For the listing beneath, state how many lines contain the string "piece". Give the number by itself.

※ ※ ※

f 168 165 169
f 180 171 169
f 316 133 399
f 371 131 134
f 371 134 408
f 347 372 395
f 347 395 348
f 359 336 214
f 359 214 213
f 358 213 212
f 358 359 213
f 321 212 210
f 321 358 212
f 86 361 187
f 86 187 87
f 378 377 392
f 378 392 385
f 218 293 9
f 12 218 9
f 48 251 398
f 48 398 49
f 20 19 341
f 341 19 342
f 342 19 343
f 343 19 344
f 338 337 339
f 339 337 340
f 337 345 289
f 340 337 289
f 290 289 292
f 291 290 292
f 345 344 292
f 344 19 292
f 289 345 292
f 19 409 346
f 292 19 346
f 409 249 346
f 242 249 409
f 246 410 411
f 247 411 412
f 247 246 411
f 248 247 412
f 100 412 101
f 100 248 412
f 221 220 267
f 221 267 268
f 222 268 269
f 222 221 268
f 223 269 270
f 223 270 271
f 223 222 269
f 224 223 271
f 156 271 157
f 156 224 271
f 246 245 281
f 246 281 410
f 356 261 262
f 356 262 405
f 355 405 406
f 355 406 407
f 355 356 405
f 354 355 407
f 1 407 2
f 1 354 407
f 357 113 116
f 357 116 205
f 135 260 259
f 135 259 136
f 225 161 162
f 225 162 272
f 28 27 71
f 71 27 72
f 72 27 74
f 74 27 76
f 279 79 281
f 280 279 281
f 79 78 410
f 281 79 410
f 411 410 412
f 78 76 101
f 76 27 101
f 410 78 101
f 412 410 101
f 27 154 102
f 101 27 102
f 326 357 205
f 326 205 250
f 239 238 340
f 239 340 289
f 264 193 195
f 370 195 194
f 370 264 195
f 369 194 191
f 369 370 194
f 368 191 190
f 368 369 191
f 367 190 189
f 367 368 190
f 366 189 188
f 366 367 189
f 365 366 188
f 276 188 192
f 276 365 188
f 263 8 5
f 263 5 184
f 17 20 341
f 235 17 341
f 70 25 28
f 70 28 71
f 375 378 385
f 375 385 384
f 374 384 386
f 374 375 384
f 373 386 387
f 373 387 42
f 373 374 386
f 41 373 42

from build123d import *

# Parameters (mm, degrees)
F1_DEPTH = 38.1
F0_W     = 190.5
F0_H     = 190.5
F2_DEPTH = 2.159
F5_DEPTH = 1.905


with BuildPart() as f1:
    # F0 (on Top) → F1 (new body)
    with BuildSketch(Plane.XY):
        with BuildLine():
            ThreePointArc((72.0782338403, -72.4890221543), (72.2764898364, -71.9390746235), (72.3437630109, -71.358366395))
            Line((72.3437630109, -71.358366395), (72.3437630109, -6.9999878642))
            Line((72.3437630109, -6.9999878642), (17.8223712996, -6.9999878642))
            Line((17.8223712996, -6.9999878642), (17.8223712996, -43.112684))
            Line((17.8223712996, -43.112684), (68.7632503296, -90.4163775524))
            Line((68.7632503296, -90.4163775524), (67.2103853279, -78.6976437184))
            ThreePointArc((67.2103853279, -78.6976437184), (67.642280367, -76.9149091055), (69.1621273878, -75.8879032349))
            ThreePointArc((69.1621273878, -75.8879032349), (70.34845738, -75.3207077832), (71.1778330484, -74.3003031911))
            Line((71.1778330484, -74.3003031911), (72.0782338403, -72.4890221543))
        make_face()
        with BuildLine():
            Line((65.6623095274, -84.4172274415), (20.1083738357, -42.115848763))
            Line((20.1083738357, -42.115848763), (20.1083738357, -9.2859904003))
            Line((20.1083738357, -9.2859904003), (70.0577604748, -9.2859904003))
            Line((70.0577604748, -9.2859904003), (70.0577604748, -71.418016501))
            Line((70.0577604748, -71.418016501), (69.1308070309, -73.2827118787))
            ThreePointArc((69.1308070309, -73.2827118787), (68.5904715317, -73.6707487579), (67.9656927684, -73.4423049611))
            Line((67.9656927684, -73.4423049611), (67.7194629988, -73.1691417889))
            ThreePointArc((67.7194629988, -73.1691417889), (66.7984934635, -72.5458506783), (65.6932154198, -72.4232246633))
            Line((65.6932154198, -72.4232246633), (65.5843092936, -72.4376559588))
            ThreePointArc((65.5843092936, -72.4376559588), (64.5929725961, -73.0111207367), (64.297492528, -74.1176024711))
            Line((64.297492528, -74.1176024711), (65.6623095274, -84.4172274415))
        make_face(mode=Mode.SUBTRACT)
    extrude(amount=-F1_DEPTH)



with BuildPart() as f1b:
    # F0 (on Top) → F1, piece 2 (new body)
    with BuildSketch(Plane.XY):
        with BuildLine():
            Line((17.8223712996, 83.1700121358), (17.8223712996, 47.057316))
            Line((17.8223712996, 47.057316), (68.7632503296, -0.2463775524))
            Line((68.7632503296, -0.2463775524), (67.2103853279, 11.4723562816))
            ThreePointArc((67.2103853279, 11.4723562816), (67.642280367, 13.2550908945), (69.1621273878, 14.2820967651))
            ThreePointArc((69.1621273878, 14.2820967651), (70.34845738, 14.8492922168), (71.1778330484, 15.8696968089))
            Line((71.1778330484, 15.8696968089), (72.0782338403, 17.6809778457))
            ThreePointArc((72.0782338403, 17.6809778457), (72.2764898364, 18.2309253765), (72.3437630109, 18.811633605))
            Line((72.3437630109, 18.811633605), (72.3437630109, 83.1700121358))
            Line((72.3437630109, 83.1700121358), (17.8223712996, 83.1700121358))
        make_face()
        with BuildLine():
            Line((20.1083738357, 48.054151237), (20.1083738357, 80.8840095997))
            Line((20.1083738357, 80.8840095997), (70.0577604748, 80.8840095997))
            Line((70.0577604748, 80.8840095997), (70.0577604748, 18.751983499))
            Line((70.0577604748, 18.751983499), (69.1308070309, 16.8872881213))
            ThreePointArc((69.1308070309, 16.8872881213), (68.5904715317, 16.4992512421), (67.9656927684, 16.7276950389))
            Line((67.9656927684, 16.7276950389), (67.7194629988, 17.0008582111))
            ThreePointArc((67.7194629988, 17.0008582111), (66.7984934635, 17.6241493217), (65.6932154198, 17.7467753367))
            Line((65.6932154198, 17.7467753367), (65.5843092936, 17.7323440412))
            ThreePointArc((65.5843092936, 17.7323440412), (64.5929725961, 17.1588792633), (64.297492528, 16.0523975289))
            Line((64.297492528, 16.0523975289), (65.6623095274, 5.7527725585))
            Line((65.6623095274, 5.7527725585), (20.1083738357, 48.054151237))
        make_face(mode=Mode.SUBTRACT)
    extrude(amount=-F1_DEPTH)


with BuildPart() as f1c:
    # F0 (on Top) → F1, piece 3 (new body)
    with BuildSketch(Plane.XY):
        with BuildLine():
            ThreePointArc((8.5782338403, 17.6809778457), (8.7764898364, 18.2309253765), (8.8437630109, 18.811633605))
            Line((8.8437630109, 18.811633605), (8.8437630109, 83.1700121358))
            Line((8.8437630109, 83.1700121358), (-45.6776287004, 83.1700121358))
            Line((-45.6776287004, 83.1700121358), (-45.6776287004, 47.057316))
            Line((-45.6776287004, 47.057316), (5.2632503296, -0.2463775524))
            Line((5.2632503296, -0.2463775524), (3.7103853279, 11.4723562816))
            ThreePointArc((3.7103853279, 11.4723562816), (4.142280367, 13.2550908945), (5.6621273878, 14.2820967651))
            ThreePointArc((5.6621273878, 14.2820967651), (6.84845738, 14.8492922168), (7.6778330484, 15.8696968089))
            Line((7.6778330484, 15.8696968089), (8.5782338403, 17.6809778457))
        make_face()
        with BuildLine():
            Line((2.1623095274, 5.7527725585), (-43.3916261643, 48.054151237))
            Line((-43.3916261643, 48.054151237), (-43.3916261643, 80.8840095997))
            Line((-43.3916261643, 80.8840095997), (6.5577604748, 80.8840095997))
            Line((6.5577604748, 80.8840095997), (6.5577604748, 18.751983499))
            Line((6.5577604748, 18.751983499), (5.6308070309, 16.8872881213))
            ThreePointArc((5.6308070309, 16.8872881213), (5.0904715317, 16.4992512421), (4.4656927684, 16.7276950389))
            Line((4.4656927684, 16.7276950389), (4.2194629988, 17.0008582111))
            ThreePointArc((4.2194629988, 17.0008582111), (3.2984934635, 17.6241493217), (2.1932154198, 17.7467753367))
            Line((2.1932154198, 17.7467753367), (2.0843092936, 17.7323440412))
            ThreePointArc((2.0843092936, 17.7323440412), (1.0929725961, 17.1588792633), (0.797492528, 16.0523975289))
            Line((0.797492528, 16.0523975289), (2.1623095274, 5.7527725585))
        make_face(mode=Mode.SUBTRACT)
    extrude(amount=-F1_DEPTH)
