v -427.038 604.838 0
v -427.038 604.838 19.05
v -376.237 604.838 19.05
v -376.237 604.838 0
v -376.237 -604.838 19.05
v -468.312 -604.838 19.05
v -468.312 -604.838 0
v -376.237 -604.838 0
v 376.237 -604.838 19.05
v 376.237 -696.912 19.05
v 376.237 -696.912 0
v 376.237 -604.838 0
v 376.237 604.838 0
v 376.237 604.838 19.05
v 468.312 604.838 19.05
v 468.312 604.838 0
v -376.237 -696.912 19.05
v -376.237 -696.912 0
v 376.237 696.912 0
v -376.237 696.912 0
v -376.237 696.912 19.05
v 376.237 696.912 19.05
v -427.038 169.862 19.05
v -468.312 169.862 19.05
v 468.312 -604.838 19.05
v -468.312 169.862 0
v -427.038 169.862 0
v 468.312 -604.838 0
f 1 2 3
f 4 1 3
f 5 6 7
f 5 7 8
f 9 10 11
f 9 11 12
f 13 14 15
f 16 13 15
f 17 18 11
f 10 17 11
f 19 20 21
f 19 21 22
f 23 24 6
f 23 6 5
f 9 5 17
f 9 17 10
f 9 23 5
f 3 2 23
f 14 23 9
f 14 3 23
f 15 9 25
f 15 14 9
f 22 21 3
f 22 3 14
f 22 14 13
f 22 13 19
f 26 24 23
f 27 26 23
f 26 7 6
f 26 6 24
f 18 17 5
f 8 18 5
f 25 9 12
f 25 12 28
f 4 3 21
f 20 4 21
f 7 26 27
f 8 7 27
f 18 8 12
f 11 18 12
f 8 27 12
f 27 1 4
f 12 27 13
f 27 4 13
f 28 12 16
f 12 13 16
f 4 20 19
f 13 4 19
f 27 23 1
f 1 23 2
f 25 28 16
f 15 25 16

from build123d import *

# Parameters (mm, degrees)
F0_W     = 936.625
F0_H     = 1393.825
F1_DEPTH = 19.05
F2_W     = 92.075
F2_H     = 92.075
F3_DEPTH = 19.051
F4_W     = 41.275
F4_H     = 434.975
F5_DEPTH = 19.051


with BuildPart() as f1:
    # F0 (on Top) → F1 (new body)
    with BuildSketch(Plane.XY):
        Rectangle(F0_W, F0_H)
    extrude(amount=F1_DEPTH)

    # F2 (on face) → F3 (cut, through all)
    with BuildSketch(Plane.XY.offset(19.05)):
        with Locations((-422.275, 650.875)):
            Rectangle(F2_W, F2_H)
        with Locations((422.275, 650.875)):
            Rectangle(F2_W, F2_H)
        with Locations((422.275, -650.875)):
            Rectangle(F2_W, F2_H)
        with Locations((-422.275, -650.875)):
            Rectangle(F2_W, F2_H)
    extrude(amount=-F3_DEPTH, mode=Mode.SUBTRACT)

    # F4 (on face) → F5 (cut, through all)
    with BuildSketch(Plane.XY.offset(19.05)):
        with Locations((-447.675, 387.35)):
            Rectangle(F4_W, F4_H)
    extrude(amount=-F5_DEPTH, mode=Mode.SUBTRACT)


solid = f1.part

※ ※ ※

* [FINISHED TASK]:
2